元々十世界は、光、闇、全霊命、半霊命を問わず、あまねく全ての世界の共存と恒久的平和尾掲げる組織。それが神器を集めるのにはある理由があるのだが、そもそも十世界の盟主たる姫は、神器を集める事をあまり是としていない。
その辺りに、十世界という組織の綻びと、十世界を構成する者達の意識の差異や食い違いが見え隠れしている
「神器を手に入れるのに、ここまでする必要があるのでしょうか」
「確かに……隔離の対象外にしたのは、神器を手に入れる『ガウル・トリステーゼ』のみ。あの場にいたもう一人の人間も隔離の側に呼びこんだから、手に入れるのは容易だろうが……どうにも取り込む対象にした人間が多すぎる」
茉莉の言葉に、漆黒の翼を持つ堕天使、「ラグナ」が同意を示すして目を細める
全霊命の空間隔離で作られた世界は、元の世界と何ら変わらないように見えるが、実際はそうではない。その風景の全ては神能によって複製された物であり、建造物や機械も問題なく動かす事ができる。

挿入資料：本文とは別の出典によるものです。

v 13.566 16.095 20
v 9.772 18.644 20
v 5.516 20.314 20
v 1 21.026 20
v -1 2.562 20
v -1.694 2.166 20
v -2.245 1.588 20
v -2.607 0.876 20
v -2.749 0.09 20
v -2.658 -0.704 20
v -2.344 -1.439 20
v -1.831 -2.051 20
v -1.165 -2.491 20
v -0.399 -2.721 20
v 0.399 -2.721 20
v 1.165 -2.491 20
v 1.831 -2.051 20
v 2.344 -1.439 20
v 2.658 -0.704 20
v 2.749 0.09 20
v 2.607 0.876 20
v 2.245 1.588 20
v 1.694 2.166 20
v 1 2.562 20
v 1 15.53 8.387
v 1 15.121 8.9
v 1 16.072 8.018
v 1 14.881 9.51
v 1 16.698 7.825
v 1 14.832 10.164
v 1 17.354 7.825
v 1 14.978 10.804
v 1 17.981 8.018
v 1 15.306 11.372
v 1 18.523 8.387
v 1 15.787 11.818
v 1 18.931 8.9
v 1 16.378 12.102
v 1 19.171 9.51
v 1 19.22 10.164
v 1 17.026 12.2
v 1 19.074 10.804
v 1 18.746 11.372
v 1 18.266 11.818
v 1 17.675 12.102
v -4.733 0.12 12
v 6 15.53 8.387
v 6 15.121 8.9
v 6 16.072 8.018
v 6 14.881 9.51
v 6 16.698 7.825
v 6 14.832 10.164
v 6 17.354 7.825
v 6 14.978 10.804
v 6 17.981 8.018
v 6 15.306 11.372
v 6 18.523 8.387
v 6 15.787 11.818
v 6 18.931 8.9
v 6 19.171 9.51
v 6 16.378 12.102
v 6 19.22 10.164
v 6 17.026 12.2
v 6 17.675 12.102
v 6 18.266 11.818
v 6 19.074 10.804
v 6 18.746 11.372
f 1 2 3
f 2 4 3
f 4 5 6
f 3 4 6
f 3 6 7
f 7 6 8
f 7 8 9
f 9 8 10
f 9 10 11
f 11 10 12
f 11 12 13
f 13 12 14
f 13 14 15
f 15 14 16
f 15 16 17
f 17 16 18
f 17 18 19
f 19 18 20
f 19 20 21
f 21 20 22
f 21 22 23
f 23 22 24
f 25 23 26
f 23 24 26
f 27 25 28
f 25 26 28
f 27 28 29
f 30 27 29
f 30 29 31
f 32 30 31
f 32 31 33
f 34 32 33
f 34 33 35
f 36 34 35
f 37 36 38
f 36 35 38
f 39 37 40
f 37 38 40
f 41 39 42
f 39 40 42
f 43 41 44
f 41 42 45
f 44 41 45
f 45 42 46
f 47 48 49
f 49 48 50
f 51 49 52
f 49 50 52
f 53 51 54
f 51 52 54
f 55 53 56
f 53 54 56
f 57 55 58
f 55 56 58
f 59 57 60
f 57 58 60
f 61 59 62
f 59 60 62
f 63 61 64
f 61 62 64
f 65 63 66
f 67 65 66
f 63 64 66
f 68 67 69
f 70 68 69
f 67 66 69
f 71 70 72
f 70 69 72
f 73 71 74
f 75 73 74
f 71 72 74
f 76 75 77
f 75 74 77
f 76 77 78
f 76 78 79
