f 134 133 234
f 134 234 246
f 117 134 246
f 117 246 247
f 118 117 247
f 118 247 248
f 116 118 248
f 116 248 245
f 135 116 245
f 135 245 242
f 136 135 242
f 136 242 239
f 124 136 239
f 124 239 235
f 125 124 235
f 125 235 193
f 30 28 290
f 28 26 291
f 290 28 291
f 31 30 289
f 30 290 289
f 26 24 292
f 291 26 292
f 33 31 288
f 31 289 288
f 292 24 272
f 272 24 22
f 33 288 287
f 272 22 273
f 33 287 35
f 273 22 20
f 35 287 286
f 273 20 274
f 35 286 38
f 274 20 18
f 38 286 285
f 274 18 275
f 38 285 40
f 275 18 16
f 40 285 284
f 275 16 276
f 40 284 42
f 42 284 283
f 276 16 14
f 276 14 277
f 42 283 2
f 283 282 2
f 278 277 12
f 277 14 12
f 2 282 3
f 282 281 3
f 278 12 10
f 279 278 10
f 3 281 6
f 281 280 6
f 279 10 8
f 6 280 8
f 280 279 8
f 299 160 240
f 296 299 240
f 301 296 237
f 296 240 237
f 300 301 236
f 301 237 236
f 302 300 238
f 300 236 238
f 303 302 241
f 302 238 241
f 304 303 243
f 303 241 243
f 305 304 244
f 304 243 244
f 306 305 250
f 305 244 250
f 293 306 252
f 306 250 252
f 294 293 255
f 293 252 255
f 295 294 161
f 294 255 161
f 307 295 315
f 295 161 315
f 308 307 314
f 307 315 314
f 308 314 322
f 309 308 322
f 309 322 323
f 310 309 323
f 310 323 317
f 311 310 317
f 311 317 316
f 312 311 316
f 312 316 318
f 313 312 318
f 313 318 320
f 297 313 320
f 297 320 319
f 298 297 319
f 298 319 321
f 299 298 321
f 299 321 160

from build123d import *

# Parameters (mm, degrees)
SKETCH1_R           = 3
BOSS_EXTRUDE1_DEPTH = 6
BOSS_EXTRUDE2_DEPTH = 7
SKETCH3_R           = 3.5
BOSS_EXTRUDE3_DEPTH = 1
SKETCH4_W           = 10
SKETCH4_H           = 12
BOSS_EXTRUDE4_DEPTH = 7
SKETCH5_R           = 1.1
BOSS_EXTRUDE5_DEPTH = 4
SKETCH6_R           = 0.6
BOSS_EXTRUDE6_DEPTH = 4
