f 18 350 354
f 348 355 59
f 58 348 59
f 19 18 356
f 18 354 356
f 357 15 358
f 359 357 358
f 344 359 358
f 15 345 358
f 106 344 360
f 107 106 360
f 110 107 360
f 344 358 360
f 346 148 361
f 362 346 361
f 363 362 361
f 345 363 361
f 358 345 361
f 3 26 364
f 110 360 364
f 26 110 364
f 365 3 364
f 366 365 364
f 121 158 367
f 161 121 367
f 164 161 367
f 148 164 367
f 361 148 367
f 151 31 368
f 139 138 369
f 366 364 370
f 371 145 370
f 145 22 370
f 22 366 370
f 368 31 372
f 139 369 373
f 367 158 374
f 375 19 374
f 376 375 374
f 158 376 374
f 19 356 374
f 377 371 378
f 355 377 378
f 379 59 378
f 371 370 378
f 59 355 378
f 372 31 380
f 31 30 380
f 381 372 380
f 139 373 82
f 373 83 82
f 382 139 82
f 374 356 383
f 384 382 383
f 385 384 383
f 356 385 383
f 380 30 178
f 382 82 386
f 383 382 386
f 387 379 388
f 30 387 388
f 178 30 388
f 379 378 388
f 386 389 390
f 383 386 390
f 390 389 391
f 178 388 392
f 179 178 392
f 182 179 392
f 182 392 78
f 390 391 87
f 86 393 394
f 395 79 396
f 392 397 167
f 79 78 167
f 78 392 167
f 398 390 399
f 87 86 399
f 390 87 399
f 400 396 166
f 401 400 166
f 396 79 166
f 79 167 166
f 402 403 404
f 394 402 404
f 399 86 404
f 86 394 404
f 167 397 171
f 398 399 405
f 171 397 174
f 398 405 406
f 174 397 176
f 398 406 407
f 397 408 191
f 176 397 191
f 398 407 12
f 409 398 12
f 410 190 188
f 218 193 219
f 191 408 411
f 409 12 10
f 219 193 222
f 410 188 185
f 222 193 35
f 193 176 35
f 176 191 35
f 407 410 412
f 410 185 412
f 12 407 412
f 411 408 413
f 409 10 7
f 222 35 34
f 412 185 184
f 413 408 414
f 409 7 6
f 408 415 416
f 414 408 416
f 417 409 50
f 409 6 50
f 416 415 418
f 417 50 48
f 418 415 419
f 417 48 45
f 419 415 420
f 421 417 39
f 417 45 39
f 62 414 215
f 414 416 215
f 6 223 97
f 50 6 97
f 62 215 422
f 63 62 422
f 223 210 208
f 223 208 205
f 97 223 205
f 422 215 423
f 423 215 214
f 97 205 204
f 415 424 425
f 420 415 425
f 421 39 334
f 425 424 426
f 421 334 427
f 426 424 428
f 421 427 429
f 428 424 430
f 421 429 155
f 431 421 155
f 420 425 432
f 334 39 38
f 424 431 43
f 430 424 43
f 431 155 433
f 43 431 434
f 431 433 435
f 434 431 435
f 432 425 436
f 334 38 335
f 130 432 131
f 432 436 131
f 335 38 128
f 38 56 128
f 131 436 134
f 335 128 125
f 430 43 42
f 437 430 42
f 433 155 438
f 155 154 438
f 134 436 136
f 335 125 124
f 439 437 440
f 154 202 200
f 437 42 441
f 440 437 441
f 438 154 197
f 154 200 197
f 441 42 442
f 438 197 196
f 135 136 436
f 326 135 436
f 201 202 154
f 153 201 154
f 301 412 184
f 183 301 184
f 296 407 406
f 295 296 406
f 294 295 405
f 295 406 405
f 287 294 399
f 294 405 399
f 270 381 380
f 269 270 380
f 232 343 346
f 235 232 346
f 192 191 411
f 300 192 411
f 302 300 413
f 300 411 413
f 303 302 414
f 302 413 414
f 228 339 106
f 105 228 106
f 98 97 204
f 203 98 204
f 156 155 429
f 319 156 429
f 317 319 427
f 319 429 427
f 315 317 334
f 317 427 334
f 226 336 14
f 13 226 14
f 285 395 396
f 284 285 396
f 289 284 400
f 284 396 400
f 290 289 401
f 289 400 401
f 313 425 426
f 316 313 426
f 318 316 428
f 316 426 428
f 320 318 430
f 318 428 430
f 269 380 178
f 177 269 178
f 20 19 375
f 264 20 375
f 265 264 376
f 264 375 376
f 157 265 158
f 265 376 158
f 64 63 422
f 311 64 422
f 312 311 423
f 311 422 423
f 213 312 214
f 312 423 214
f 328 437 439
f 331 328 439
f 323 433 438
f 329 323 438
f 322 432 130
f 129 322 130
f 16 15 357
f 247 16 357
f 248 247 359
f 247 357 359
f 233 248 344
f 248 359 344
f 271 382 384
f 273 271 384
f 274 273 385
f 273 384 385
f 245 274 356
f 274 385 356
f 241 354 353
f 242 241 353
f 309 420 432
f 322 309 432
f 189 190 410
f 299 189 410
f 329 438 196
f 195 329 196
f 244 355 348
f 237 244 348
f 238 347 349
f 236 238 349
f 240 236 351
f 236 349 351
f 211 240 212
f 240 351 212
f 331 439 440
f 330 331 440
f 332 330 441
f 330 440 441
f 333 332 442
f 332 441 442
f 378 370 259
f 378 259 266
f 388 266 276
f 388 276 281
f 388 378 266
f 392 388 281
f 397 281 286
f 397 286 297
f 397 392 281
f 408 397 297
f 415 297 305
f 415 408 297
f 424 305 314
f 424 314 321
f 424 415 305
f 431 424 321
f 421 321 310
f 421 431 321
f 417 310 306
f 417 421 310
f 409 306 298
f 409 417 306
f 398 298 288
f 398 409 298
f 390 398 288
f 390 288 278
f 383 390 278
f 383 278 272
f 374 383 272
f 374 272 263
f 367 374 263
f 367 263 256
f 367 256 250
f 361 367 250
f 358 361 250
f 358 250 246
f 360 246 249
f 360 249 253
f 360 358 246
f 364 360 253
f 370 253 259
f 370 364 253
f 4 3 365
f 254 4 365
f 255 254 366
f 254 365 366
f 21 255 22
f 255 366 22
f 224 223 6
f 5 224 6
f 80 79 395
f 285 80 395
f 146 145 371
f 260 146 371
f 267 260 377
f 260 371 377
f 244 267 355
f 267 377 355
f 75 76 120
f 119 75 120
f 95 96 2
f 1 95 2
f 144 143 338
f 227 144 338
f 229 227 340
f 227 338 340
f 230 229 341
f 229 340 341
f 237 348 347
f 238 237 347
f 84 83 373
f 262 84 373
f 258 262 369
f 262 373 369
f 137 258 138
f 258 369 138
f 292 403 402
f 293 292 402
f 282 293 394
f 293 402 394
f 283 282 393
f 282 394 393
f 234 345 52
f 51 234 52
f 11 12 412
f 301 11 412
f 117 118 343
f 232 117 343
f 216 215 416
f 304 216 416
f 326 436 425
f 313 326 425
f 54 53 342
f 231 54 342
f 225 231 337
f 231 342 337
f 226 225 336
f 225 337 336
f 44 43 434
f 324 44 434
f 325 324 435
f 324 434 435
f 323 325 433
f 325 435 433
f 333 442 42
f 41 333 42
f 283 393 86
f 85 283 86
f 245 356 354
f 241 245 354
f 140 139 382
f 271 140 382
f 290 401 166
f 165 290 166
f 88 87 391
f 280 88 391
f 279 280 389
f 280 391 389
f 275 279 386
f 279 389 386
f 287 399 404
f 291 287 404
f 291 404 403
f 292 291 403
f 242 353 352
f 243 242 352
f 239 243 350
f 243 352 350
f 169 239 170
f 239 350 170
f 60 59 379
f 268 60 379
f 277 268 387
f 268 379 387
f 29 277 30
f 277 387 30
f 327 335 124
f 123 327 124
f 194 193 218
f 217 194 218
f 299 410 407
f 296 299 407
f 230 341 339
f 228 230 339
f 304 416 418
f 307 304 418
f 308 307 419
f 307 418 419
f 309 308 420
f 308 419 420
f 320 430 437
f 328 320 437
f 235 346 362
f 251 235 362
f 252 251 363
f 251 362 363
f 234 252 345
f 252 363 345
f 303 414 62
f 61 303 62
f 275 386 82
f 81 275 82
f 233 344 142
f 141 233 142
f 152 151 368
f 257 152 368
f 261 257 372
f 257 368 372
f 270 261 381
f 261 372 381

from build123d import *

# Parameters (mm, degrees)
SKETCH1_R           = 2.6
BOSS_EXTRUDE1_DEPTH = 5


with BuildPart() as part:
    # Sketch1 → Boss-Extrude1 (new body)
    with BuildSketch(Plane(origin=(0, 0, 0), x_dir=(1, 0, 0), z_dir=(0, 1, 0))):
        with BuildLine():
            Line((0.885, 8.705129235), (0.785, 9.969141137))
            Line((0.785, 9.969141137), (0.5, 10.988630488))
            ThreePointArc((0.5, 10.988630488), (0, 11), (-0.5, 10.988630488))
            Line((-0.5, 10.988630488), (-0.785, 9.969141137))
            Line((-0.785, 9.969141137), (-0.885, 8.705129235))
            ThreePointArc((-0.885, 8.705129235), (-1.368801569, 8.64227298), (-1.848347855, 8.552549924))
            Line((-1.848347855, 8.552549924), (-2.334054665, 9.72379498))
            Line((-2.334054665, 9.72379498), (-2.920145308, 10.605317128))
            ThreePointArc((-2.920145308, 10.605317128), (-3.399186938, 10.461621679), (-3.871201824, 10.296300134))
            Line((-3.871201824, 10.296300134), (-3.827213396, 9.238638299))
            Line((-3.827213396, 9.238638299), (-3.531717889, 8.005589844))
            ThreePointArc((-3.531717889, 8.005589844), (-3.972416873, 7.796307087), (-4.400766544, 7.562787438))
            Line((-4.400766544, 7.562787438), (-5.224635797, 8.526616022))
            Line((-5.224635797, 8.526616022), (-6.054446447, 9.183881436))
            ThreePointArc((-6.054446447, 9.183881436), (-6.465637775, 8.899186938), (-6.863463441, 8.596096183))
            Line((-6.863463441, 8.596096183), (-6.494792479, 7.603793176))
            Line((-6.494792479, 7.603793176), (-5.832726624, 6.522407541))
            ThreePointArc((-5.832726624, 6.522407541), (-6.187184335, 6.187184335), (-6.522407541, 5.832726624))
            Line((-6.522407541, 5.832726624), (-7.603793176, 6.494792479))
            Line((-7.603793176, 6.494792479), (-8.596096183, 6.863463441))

しかし、どれほど精巧に再現されていても、それらは神能が作り出した粘土細工のような物に過ぎず、また隔離を施した全霊命の力が及ばない物は再現できない。
それ故に、神の遺物である「神器」は、全霊命の力で複製できず、また仮に出来たとしてもそんな物はただの模造品。
本物の神器を手に入れるには、隔離されていない方の世界で直接手に入れる必要がある。そのため、あの場にいた戦力の低い一人を除外いて全員こちら側へ隔離している
「――ええ。確かに強者を隔離すれば、神器の奪取は容易でしょう。ですが、ならばあの軍勢の説明がつきません」
そう言って肩越しに視線を向けた茉莉は、隔離された仮初の王都に向かって進軍してくる十世界の軍勢を見て目を細める
戦える人間はもちろん、人間界特有の科学によって作られた兵や艦をひきつれて進軍してくるそれは、お世辞にも時間稼ぎという目的には見えない
「しかも、ご丁寧に結界まで張らせているんだからな」
眼下に見える王都を見下ろし、ラグナは目を細める。
茉莉が施したのは空間隔離だけではない。全霊命の放つ圧倒的な殺意が人間達に影響しないように、隔離したこの世界を茉莉の魔力が結界で天と地に分断している。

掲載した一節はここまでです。